▶ **Assignment**
Reproduce the entries shown below only from the line with "e11 v9 v10 LINE" down to the line with "FreeCAD Python script", keeping both end lines and copying each one exactly.
─── Extracted records
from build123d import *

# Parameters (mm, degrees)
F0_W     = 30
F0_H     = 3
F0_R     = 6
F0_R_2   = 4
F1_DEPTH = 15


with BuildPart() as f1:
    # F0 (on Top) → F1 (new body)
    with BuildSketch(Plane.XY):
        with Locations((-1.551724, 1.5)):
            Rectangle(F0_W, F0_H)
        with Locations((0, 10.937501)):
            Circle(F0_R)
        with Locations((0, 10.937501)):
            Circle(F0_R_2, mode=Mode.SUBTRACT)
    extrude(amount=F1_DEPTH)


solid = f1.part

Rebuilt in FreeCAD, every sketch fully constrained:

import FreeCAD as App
import Part
import Sketcher
Q = App.Units.Quantity


def add_polygon(sketch, points):
    """Adds a closed chain of lines whose ends are joined by coincident constraints."""
    first, n = sketch.GeometryCount, len(points)
    for a, b in zip(points, points[1:] + points[:1]):
        sketch.addGeometry(Part.LineSegment(App.Vector(*a, 0), App.Vector(*b, 0)), False)
    for i in range(n):
        sketch.addConstraint(Sketcher.Constraint("Coincident", first + i, 2, first + (i + 1) % n, 1))

doc = App.newDocument("Part")
body = doc.addObject("PartDesign::Body", "Body")
body.AllowCompound = True

sketch1 = body.newObject("Sketcher::SketchObject", "Sketch")
sketch1.AttachmentSupport = (doc.getObject("XY_Plane"), [""])
sketch1.MapMode = "FlatFace"
add_polygon(sketch1, [(-16.6, 3), (-16.6, 0), (13.4, 0), (13.4, 3)])
sketch1.addGeometry(Part.Circle(App.Vector(0, 10.9, 0), App.Vector(0, 0, 1), 6), False)
sketch1.addGeometry(Part.Circle(App.Vector(0, 10.9, 0), App.Vector(0, 0, 1), 4), False)
sketch1.addConstraint([
    Sketcher.Constraint("Vertical", 0),
    Sketcher.Constraint("Horizontal", 1),
    Sketcher.Constraint("Vertical", 2),
    Sketcher.Constraint("Horizontal", 3),
    Sketcher.Constraint("Coincident", 5, 3, 4, 3),
    Sketcher.Constraint("PointOnObject", 4, 3, -2),
    Sketcher.Constraint("PointOnObject", 0, 2, -1),
    Sketcher.Constraint("Diameter", 4, Q("12 mm")),
    Sketcher.Constraint("Diameter", 5, Q("8 mm")),
    Sketcher.Constraint("DistanceX", 1, 1, 1, 2, Q("30 mm")),
    Sketcher.Constraint("DistanceY", 0, 2, 0, 1, Q("3 mm")),
    Sketcher.Constraint("DistanceY", -1, 1, 4, 3, Q("10.937501 mm")),
    Sketcher.Constraint("DistanceX", 0, 2, -1, 1, Q("16.551724 mm")),
])
pad1 = body.newObject("PartDesign::Pad", "Pad")
pad1.Profile = sketch1
pad1.Length = 15

doc.recompute()
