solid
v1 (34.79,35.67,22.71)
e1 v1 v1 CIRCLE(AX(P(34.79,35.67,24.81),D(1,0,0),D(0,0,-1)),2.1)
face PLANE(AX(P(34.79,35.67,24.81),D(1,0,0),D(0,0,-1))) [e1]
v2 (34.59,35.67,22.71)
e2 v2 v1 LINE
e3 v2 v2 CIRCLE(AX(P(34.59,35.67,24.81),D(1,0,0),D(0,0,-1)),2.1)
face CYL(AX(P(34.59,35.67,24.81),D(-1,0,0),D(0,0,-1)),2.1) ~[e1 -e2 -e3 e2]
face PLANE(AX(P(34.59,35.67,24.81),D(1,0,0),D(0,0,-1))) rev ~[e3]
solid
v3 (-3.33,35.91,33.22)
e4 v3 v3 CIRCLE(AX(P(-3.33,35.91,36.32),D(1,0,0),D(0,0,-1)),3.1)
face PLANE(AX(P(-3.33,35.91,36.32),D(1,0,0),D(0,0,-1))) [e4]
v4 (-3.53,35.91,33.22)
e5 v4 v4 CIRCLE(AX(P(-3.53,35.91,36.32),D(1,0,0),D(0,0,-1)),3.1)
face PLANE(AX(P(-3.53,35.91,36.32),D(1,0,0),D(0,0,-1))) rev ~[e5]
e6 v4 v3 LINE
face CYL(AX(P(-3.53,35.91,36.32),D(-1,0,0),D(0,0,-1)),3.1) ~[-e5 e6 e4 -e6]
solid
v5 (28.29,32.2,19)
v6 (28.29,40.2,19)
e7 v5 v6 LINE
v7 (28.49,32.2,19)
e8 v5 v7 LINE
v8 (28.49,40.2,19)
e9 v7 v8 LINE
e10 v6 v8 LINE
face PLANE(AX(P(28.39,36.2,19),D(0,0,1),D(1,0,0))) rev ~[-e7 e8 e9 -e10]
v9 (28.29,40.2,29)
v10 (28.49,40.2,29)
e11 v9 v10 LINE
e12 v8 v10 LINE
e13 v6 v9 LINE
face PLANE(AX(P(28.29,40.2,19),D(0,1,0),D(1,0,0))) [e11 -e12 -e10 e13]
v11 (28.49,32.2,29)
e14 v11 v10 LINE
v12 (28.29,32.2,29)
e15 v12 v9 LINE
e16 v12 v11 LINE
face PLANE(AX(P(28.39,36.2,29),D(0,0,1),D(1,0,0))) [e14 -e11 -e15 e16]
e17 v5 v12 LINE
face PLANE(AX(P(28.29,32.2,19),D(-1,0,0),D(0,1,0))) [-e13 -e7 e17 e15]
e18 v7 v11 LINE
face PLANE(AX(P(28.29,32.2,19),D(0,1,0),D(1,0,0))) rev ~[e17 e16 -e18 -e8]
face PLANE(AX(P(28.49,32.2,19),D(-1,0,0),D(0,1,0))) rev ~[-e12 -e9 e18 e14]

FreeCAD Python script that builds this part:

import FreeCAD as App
import Part
import Sketcher
from FreeCAD import Vector
Q = App.Units.Quantity

doc = App.newDocument("Part")
body = doc.addObject("PartDesign::Body", "Body")

sketch1 = body.newObject("Sketcher::SketchObject", "Sketch")
sketch1.AttachmentSupport = (doc.getObject("YZ_Plane"), [""])
sketch1.MapMode = "FlatFace"
sketch1.AttachmentOffset = App.Placement(Vector(0, 0, -3.53), App.Rotation())
sketch1.addGeometry(Part.Circle(Vector(35.91, 36.32, 0), Vector(0, 0, 1), 3.1), False)
sketch1.addConstraint([
    Sketcher.Constraint("Diameter", 0, Q("6.2 mm")),
    Sketcher.Constraint("DistanceX", -1, 1, 0, 3, Q("35.91 mm")),
    Sketcher.Constraint("DistanceY", -1, 1, 0, 3, Q("36.32 mm")),
])
pad1 = body.newObject("PartDesign::Pad", "Pad")
pad1.Profile = sketch1
pad1.Length = 0.2
body2 = doc.addObject("PartDesign::Body", "Body001")

sketch2 = body2.newObject("Sketcher::SketchObject", "Sketch001")
sketch2.AttachmentSupport = (doc.getObject("XY_Plane001"), [""])
sketch2.MapMode = "FlatFace"
sketch2.AttachmentOffset = App.Placement(Vector(0, 0, 19), App.Rotation())
sketch2.addGeometry([
    Part.LineSegment(Vector(28.29, 40.2, 0), Vector(28.29, 32.2, 0)),
    Part.LineSegment(Vector(28.29, 32.2, 0), Vector(28.49, 32.2, 0)),
    Part.LineSegment(Vector(28.49, 32.2, 0), Vector(28.49, 40.2, 0)),
    Part.LineSegment(Vector(28.49, 40.2, 0), Vector(28.29, 40.2, 0)),
], False)
sketch2.addConstraint([
    Sketcher.Constraint("Coincident", 0, 2, 1, 1),
    Sketcher.Constraint("Coincident", 1, 2, 2, 1),
    Sketcher.Constraint("Coincident", 2, 2, 3, 1),
    Sketcher.Constraint("Coincident", 3, 2, 0, 1),
    Sketcher.Constraint("Vertical", 0),
    Sketcher.Constraint("Horizontal", 1),
    Sketcher.Constraint("Vertical", 2),
    Sketcher.Constraint("Horizontal", 3),
    Sketcher.Constraint("DistanceY", 0, 2, 0, 1, Q("8 mm")),
    Sketcher.Constraint("DistanceX", 1, 1, 1, 2, Q("0.2 mm")),
    Sketcher.Constraint("DistanceY", -1, 1, 0, 2, Q("32.2 mm")),
    Sketcher.Constraint("DistanceX", -1, 1, 0, 2, Q("28.29 mm")),
])
pad2 = body2.newObject("PartDesign::Pad", "Pad001")
pad2.Profile = sketch2
pad2.Length = 10
body3 = doc.addObject("PartDesign::Body", "Body002")
body3.AllowCompound = True

sketch3 = body3.newObject("Sketcher::SketchObject", "Sketch002")
sketch3.AttachmentSupport = (doc.getObject("YZ_Plane002"), [""])
sketch3.MapMode = "FlatFace"
sketch3.AttachmentOffset = App.Placement(Vector(0, 0, 34.59), App.Rotation())
sketch3.addGeometry(Part.Circle(Vector(35.67, 24.81, 0), Vector(0, 0, 1), 2.1), False)
sketch3.addConstraint([
    Sketcher.Constraint("Diameter", 0, Q("4.2 mm")),
    Sketcher.Constraint("DistanceX", -1, 1, 0, 3, Q("35.67 mm")),
    Sketcher.Constraint("DistanceY", -1, 1, 0, 3, Q("24.81 mm")),
])
pad3 = body3.newObject("PartDesign::Pad", "Pad002")
pad3.Profile = sketch3
pad3.Length = 0.2
doc.recompute()

boolean = body3.newObject("PartDesign::Boolean", "Boolean")
boolean.Type = "Fuse"
boolean.addObjects([body])
doc.recompute()

boolean2 = body3.newObject("PartDesign::Boolean", "Boolean001")
boolean2.Type = "Fuse"
boolean2.addObjects([body2])

doc.recompute()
──────
▶ **Response to the task**
e11 v9 v10 LINE
e12 v8 v10 LINE
e13 v6 v9 LINE
face PLANE(AX(P(28.29,40.2,19),D(0,1,0),D(1,0,0))) [e11 -e12 -e10 e13]
v11 (28.49,32.2,29)
e14 v11 v10 LINE
v12 (28.29,32.2,29)
e15 v12 v9 LINE
e16 v12 v11 LINE
face PLANE(AX(P(28.39,36.2,29),D(0,0,1),D(1,0,0))) [e14 -e11 -e15 e16]
e17 v5 v12 LINE
face PLANE(AX(P(28.29,32.2,19),D(-1,0,0),D(0,1,0))) [-e13 -e7 e17 e15]
e18 v7 v11 LINE
face PLANE(AX(P(28.29,32.2,19),D(0,1,0),D(1,0,0))) rev ~[e17 e16 -e18 -e8]
face PLANE(AX(P(28.49,32.2,19),D(-1,0,0),D(0,1,0))) rev ~[-e12 -e9 e18 e14]

FreeCAD Python script that builds this part:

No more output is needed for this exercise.